**WORK INSTRUCTION**
Give again, word for word, every line in the entries below from the line with "#48=ORIENTED_EDGE('',*,*,#28,.F.);" up to and including the line with "#55=ORIENTED_EDGE('',*,*,#54,.T.);", and no other line.

#### THE INPUT ####

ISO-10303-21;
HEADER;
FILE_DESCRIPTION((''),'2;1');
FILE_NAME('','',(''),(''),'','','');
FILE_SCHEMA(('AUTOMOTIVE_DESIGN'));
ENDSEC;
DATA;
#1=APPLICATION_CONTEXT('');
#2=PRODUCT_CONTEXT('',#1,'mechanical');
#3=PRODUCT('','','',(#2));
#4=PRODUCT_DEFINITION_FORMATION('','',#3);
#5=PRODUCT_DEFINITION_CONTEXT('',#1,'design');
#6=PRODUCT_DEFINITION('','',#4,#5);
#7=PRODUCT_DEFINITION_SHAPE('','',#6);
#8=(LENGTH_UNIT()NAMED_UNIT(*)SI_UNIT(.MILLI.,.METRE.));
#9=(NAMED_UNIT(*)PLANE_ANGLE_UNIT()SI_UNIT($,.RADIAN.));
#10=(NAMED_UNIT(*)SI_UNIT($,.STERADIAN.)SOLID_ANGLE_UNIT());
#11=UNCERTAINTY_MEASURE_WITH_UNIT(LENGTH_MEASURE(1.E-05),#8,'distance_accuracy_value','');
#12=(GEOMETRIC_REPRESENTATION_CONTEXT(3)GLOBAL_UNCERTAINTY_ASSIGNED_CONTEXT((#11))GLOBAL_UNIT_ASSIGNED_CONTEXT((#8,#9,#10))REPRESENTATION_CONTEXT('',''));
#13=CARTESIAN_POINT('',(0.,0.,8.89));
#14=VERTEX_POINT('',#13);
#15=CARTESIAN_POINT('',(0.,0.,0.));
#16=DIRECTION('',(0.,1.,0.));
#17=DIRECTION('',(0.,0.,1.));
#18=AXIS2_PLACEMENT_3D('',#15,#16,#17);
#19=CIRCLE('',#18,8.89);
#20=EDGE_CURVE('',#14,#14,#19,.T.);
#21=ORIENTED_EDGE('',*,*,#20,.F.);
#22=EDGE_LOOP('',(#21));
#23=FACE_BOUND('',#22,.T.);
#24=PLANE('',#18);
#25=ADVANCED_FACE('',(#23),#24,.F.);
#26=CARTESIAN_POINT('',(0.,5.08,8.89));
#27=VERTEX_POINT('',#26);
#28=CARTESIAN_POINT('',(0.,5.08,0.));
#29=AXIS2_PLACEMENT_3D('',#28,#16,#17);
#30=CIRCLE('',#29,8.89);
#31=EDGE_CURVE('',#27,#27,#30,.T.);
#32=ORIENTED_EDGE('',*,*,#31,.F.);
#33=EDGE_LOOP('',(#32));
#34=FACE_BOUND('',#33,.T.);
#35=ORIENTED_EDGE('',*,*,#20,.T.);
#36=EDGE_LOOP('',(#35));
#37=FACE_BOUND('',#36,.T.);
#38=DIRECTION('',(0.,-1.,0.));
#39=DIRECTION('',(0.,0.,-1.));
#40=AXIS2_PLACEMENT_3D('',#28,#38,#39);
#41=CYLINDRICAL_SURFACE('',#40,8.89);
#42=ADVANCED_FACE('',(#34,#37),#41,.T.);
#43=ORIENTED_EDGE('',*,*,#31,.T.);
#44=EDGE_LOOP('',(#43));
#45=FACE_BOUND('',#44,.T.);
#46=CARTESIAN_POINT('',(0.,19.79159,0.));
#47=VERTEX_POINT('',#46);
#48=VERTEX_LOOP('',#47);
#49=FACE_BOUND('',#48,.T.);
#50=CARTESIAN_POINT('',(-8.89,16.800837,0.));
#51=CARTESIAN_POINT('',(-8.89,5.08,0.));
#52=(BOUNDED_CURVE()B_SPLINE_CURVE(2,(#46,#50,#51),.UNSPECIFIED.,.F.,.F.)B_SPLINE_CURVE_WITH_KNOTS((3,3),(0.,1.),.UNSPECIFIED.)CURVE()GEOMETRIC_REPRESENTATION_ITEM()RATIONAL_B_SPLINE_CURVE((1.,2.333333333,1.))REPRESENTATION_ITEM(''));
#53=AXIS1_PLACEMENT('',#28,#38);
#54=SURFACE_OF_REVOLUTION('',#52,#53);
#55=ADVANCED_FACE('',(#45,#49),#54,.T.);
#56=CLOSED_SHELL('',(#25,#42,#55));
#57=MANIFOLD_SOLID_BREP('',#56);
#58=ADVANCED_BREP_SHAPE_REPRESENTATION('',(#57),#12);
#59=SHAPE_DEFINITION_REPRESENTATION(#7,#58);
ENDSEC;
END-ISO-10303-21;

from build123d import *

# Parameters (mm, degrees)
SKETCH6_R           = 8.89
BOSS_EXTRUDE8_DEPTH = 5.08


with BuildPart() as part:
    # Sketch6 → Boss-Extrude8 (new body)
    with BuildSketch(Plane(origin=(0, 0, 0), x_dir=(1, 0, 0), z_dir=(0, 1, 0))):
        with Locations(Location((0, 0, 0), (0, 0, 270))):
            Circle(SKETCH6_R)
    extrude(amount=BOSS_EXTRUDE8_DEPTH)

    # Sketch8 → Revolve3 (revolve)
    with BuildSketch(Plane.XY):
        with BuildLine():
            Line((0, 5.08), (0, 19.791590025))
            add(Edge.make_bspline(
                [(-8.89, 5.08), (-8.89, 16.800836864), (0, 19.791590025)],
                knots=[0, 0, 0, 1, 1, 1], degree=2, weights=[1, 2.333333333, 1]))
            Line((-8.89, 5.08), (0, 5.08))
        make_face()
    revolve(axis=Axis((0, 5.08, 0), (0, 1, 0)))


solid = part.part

####
#### THE INPUT ####

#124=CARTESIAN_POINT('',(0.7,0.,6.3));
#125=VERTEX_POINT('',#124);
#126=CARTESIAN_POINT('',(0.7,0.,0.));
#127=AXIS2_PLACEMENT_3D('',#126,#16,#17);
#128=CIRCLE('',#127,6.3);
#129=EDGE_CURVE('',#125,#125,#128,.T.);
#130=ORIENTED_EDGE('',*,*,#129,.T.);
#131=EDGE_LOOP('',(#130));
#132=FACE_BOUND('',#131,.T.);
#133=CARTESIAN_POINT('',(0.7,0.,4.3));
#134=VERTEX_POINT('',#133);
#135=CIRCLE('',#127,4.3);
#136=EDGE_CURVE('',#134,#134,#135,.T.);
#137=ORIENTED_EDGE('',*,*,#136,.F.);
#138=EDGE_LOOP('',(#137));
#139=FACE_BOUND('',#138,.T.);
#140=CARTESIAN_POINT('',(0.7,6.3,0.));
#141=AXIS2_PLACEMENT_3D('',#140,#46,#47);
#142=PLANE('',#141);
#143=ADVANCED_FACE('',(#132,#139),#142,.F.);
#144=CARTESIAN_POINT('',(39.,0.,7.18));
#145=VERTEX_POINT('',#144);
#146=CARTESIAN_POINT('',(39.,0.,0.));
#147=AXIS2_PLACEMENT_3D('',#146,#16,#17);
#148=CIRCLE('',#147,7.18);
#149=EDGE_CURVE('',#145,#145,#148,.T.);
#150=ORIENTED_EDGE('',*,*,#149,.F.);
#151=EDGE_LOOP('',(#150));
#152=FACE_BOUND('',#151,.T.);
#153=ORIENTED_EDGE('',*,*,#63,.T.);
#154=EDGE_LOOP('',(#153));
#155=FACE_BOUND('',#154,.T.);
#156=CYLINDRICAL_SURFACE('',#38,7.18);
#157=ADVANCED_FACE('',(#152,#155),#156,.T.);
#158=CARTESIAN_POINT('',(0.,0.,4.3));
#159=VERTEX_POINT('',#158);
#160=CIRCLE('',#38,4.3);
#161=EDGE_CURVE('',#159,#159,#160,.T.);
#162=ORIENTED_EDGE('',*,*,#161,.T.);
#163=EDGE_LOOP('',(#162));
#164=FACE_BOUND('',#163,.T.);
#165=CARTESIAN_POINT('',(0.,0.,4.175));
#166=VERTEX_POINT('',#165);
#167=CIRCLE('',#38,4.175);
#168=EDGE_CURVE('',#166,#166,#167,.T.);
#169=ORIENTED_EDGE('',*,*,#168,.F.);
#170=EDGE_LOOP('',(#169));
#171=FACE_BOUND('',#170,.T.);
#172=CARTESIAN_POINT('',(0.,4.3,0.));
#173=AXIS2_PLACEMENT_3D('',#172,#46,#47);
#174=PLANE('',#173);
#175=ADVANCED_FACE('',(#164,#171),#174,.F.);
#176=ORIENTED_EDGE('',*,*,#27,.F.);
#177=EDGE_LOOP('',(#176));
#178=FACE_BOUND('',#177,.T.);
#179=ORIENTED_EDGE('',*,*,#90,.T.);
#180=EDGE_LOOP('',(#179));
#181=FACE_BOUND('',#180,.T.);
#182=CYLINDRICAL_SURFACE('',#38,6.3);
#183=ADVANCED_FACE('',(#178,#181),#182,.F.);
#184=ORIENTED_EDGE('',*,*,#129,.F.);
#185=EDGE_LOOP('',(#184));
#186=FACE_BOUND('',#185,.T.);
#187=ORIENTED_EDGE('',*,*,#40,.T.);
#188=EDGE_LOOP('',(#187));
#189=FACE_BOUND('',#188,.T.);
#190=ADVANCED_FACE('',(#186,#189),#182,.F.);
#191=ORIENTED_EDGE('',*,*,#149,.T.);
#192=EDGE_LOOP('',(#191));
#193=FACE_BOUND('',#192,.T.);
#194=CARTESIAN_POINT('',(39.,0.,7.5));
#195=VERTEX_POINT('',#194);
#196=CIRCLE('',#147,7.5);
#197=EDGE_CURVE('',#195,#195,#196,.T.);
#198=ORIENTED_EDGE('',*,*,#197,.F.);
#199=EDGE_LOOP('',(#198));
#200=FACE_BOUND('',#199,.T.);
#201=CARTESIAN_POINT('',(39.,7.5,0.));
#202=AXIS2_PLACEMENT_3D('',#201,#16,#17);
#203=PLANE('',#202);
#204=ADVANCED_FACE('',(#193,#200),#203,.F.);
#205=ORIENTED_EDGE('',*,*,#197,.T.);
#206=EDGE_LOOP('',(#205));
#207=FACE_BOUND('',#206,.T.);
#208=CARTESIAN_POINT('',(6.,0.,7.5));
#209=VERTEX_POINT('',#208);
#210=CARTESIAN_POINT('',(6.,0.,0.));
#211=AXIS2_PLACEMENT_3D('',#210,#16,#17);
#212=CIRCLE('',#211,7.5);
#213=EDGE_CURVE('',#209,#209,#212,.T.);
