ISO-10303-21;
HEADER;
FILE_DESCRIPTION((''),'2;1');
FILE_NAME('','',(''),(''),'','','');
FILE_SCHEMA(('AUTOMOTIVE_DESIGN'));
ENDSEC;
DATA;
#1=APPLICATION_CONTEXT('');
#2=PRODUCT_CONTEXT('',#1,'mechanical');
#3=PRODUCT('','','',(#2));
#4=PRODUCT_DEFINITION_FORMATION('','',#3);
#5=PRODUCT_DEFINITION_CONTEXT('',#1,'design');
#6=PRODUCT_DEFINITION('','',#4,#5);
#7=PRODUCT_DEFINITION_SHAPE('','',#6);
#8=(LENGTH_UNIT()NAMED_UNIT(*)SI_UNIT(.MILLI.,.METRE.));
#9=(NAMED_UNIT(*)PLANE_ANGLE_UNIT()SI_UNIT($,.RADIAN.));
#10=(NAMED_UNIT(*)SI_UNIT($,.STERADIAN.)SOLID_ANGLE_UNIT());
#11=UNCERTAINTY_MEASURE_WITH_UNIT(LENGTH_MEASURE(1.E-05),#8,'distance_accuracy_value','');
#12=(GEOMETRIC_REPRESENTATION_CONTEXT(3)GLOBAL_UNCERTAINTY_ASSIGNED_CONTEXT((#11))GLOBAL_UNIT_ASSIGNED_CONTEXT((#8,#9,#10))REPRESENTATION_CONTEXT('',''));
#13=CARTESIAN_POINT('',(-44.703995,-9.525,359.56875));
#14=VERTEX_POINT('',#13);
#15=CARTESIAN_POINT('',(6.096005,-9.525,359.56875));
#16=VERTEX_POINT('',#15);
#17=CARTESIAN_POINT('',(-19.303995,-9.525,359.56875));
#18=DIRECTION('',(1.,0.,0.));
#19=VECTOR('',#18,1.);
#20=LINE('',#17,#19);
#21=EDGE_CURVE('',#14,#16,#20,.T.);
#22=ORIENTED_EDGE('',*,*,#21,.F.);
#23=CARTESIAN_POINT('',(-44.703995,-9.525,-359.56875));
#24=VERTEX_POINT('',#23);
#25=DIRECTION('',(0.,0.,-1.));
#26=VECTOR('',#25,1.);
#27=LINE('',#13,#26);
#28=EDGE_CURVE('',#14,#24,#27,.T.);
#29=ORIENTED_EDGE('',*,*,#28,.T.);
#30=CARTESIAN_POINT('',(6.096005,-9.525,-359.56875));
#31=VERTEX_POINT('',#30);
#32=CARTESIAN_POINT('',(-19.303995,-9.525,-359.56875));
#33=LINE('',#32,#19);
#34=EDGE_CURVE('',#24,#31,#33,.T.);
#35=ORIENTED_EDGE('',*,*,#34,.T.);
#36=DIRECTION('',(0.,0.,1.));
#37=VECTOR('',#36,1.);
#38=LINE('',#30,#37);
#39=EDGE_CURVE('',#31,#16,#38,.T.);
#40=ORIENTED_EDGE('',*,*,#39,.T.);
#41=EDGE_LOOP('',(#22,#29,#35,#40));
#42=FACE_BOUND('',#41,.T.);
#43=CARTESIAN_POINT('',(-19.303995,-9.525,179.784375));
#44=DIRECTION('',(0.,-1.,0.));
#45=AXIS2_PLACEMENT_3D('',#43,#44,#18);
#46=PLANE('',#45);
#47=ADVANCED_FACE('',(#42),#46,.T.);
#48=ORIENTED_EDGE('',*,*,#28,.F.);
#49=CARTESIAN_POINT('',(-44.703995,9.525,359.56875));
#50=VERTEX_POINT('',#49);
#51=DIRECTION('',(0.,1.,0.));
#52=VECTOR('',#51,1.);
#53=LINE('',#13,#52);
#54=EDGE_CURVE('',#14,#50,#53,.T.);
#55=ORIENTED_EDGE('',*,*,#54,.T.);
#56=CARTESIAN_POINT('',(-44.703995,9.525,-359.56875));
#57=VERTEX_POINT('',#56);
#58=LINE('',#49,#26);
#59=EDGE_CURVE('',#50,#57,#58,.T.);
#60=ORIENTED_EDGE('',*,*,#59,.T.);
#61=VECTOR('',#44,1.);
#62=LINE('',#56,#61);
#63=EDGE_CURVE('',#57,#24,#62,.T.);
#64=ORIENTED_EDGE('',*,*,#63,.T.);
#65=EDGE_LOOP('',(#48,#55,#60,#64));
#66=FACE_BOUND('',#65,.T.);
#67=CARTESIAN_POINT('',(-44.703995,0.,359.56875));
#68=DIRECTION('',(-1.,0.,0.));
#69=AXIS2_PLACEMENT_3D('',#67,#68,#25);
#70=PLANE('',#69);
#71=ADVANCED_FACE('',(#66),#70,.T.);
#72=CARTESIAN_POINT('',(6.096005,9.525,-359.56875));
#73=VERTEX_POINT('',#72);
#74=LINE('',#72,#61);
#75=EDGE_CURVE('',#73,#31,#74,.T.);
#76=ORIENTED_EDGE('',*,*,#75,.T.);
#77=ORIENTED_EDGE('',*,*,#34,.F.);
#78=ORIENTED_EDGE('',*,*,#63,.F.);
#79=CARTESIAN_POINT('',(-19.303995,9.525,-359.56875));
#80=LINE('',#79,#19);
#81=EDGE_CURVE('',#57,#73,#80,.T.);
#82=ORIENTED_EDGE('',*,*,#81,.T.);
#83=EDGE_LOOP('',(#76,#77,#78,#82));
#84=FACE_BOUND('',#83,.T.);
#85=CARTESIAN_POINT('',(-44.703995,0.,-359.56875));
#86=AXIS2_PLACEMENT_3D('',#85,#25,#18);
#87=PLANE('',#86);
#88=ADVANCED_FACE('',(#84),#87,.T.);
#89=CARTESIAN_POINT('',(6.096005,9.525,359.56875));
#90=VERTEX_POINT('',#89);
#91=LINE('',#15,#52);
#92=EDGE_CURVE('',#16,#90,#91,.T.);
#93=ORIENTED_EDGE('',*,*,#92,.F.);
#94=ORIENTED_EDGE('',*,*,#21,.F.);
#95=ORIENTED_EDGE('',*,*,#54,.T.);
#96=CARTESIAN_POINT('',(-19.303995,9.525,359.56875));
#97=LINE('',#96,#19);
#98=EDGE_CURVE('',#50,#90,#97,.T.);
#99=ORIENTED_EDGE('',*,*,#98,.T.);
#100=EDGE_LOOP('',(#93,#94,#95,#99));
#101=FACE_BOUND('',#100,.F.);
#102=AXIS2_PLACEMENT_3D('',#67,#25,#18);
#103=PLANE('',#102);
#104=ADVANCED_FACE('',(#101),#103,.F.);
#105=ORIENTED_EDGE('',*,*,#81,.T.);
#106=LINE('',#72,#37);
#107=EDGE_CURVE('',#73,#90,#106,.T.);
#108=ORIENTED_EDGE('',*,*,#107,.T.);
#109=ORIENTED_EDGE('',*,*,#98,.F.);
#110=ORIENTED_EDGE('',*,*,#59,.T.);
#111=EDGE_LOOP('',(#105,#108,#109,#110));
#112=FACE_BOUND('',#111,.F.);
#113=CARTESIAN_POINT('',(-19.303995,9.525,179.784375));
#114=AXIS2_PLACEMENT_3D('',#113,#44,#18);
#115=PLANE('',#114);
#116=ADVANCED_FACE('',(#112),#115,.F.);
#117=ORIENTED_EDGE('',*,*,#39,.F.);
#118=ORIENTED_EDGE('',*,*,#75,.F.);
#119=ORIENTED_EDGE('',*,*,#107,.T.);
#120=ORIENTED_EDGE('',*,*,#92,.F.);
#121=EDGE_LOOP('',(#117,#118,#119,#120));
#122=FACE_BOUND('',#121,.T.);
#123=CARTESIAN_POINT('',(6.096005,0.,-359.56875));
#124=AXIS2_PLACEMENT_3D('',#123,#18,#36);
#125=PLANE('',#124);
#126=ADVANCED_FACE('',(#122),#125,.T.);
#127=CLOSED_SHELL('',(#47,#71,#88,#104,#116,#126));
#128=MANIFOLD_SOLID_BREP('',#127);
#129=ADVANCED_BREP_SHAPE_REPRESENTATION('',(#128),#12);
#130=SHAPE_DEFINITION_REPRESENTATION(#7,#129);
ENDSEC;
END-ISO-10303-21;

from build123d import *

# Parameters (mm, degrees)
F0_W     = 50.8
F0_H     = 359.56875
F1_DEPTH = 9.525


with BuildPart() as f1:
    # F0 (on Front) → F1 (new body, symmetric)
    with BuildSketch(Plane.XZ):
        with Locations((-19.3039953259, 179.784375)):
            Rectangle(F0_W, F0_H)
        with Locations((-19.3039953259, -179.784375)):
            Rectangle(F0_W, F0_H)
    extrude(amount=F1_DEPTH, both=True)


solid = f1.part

####

**COMPLETED TASK**
#48=ORIENTED_EDGE('',*,*,#28,.F.);
#49=CARTESIAN_POINT('',(-44.703995,9.525,359.56875));
#50=VERTEX_POINT('',#49);
#51=DIRECTION('',(0.,1.,0.));
#52=VECTOR('',#51,1.);
#53=LINE('',#13,#52);
#54=EDGE_CURVE('',#14,#50,#53,.T.);
#55=ORIENTED_EDGE('',*,*,#54,.T.);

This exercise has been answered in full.